Definition and technique of the Dulac 7 incidence. Diagrams 1 and 2 give details of the anatomical orientations which define this incidence. It is:--centered on the head of the malleus,--orientated in the plane of the ossicules or in the neighbouring plane of the ear-drum,--parallel to the general axis of the ossicules,--close to the perpendicular to the tegment tympani. This incidence is easy to obtain with our technique, using a fixed intracranial centering point, The transversal linear scanning is very effective and can be completed in a very short period. It should be noted, however, that in obese subjects with short necks, the entry point of the incidence is difficult to obtain as there is interposition of the neck muscles. Under these conditions, one should try to be as close to this entry point as possible, knowing that the results are still valid. Tomographic anatomy. A close examination of the text of figures 6, 7, and 8 will familiarize the reader with the tomographic anatomy of this incidence. To summarize the important information obtained from the Dulac 7 incidence we should note that in tomographies of normal petrous bones:--the attic is always perfectly visible, expecially its internal and external walls throughout their total length, and more especially the anterior wall;--the ossicles (head of the malleus, body of the incus, and their articulation) are always perfectly visible and distinct;--the inferior processes of the malleus and incus are always visible;--the external wall of the attic is visible throughout its length, more especially the anterior and posterior portions;--the anterior and posterior contours of the external auditory canal are particularly well-defined.
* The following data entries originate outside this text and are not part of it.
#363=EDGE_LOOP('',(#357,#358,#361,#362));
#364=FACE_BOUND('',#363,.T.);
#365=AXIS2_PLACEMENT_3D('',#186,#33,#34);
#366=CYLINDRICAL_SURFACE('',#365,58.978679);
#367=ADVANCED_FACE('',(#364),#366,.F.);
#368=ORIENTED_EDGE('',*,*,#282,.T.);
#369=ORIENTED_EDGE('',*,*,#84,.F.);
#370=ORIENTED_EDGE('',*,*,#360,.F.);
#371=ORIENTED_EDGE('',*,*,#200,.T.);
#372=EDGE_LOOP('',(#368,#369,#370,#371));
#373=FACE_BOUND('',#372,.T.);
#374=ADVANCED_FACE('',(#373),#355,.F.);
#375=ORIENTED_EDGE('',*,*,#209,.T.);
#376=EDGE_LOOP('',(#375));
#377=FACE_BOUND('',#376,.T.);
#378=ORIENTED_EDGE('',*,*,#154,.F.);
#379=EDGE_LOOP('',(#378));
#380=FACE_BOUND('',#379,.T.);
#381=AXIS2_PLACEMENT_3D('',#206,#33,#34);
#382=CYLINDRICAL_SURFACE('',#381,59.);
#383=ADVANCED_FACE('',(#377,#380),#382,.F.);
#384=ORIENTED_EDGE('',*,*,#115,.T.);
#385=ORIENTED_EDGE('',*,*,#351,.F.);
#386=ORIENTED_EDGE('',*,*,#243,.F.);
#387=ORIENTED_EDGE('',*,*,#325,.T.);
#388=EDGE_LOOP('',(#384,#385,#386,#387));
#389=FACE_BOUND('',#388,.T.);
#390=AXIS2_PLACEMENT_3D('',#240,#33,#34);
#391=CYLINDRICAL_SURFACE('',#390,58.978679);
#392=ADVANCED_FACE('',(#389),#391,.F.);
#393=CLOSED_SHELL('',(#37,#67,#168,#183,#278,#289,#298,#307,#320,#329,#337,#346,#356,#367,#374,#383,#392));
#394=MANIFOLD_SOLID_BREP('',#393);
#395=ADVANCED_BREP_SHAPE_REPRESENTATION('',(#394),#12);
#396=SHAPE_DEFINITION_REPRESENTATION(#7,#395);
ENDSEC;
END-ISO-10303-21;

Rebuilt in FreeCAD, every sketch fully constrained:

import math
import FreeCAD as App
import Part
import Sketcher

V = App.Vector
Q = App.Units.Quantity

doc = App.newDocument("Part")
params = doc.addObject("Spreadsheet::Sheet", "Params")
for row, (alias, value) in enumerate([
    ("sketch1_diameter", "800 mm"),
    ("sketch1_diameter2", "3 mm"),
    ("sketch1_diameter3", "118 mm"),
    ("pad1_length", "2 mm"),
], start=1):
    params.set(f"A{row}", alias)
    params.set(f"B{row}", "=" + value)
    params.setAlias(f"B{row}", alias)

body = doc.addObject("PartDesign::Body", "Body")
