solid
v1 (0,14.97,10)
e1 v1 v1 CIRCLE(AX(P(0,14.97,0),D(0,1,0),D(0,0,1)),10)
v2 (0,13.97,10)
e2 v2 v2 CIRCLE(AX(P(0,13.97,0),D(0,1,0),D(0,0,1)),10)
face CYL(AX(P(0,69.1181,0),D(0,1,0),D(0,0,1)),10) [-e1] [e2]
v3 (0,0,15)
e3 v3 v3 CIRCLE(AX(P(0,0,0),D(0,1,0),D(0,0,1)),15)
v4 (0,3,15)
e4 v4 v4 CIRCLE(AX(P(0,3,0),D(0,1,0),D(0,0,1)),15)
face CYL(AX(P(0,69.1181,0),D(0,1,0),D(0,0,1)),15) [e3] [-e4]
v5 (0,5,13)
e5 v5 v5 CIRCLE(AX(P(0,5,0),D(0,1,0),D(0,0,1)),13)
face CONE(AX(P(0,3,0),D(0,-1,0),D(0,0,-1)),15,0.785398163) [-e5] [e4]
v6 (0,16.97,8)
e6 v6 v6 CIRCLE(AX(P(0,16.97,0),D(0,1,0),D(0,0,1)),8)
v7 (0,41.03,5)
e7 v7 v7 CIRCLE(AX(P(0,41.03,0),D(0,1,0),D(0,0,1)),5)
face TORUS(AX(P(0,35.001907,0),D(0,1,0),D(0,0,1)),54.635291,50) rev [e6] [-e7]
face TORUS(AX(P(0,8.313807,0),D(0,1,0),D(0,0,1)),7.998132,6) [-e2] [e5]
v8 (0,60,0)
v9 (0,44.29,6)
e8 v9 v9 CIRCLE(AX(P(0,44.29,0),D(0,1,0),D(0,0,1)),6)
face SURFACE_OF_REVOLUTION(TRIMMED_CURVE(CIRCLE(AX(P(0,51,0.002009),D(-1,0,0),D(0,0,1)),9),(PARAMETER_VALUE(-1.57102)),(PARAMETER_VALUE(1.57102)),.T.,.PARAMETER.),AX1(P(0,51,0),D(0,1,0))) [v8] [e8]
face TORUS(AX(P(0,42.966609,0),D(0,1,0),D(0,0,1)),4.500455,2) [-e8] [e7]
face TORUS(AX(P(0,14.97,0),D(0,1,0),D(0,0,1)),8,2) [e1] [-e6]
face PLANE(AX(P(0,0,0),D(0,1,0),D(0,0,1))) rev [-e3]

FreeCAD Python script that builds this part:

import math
import FreeCAD as App
import Part
import Sketcher
Q = App.Units.Quantity

doc = App.newDocument("Part")
body = doc.addObject("PartDesign::Body", "Body")

# Sketch on XY plane
sketch1 = doc.addObject("Sketcher::SketchObject", "Sketch")
body.addObject(sketch1)
sketch1.AttachmentSupport = (doc.XY_Plane, [""])
sketch1.MapMode = "FlatFace"
sketch1.addGeometry([
    Part.ArcOfCircle(Part.Circle(App.Vector(0, 51, 0), App.Vector(0, 0, 1), 9), math.radians(90), math.radians(228)),  # 0
    Part.ArcOfCircle(Part.Circle(App.Vector(-4.5, 43, 0), App.Vector(0, 0, 1), 2), math.radians(139), math.radians(256)),  # 1
    Part.ArcOfCircle(Part.Circle(App.Vector(-54.6, 35, 0), App.Vector(0, 0, 1), 50), math.radians(-21), math.radians(7)),  # 2
    Part.ArcOfCircle(Part.Circle(App.Vector(-8, 15, 0), App.Vector(0, 0, 1), 2), math.radians(90), math.radians(180)),  # 3
    Part.LineSegment(App.Vector(-10, 15, 0), App.Vector(-10, 14, 0)),  # 4
    Part.ArcOfCircle(Part.Circle(App.Vector(-8, 8.3, 0), App.Vector(0, 0, 1), 6), math.radians(109), math.radians(214)),  # 5
    Part.LineSegment(App.Vector(-13, 5, 0), App.Vector(-15, 3, 0)),  # 6
    Part.LineSegment(App.Vector(-15, 3, 0), App.Vector(-15, 0, 0)),  # 7
    Part.LineSegment(App.Vector(-15, 0, 0), App.Vector(0, 0, 0)),  # 8
    Part.LineSegment(App.Vector(0, 0, 0), App.Vector(0, 60, 0)),  # 9
], False)
sketch1.addConstraint([
    Sketcher.Constraint("Coincident", 0, 2, 1, 1),
    Sketcher.Constraint("Coincident", 1, 2, 2, 2),
    Sketcher.Constraint("Coincident", 2, 1, 3, 1),
    Sketcher.Constraint("Tangent", 3, 2, 4, 1),
    Sketcher.Constraint("Coincident", 4, 2, 5, 1),
    Sketcher.Constraint("Coincident", 5, 2, 6, 1),
    Sketcher.Constraint("Coincident", 6, 2, 7, 1),
    Sketcher.Constraint("Coincident", 7, 2, 8, 1),
    Sketcher.Constraint("Coincident", 8, 2, 9, 1),
    Sketcher.Constraint("Coincident", 9, 2, 0, 1),
    Sketcher.Constraint("Vertical", 4),
    Sketcher.Constraint("Vertical", 7),
    Sketcher.Constraint("Horizontal", 8),
    Sketcher.Constraint("Vertical", 9),
    Sketcher.Constraint("Coincident", 8, 2, -1, 1),
    Sketcher.Constraint("Equal", 1, 3),
    Sketcher.Constraint("Vertical", 3, 3, 2, 1),
    Sketcher.Constraint("Radius", 0, Q("9 mm")),
    Sketcher.Constraint("Radius", 1, Q("2 mm")),
    Sketcher.Constraint("Radius", 2, Q("50 mm")),
    Sketcher.Constraint("Radius", 5, Q("6 mm")),
    Sketcher.Constraint("DistanceX", 8, 1, 8, 2, Q("15 mm")),
    Sketcher.Constraint("DistanceY", 4, 2, 4, 1, Q("1 mm")),
    Sketcher.Constraint("DistanceY", 7, 2, 7, 1, Q("3 mm")),
    Sketcher.Constraint("DistanceY", 9, 1, 9, 2, Q("60 mm")),
    Sketcher.Constraint("Angle", 6, Q("-135 deg")),
    Sketcher.Constraint("DistanceX", 3, 3, -1, 1, Q("8 mm")),
    Sketcher.Constraint("DistanceX", 0, 2, -1, 1, Q("6 mm")),
    Sketcher.Constraint("DistanceX", 1, 2, -1, 1, Q("5 mm")),
    Sketcher.Constraint("DistanceX", 5, 2, -1, 1, Q("13 mm")),
    Sketcher.Constraint("DistanceY", -1, 1, 3, 3, Q("14.97 mm")),
    Sketcher.Constraint("DistanceY", -1, 1, 0, 2, Q("44.29 mm")),
    Sketcher.Constraint("DistanceY", -1, 1, 1, 2, Q("41.03 mm")),
])
revolution = doc.addObject("PartDesign::Revolution", "Revolution")
body.addObject(revolution)
revolution.Profile = sketch1
revolution.ReferenceAxis = (sketch1, ["V_Axis"])
revolution.Angle = 360

doc.recompute()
Finally, this incidence also gives clear images of the temporo-mandibular joint, the antral region, the superior canal, and the internal auditory canal. A large experience of this incidence is required before interpreting the image of the foramen ovale. Tomographic pathognomonic signs. The texts of figures 9 to 24 are sufficiently demonstrative of the richness of the pathological data obtained from this incidence, without needing to repeat them here. We would only add that the degree of calcification of the ossicles and the anterior wall of the attic can be precisely determined. This incidence, therefore, gives valuable information in almost all middle ear affections. It is also necessary in order to study the external auditory canal.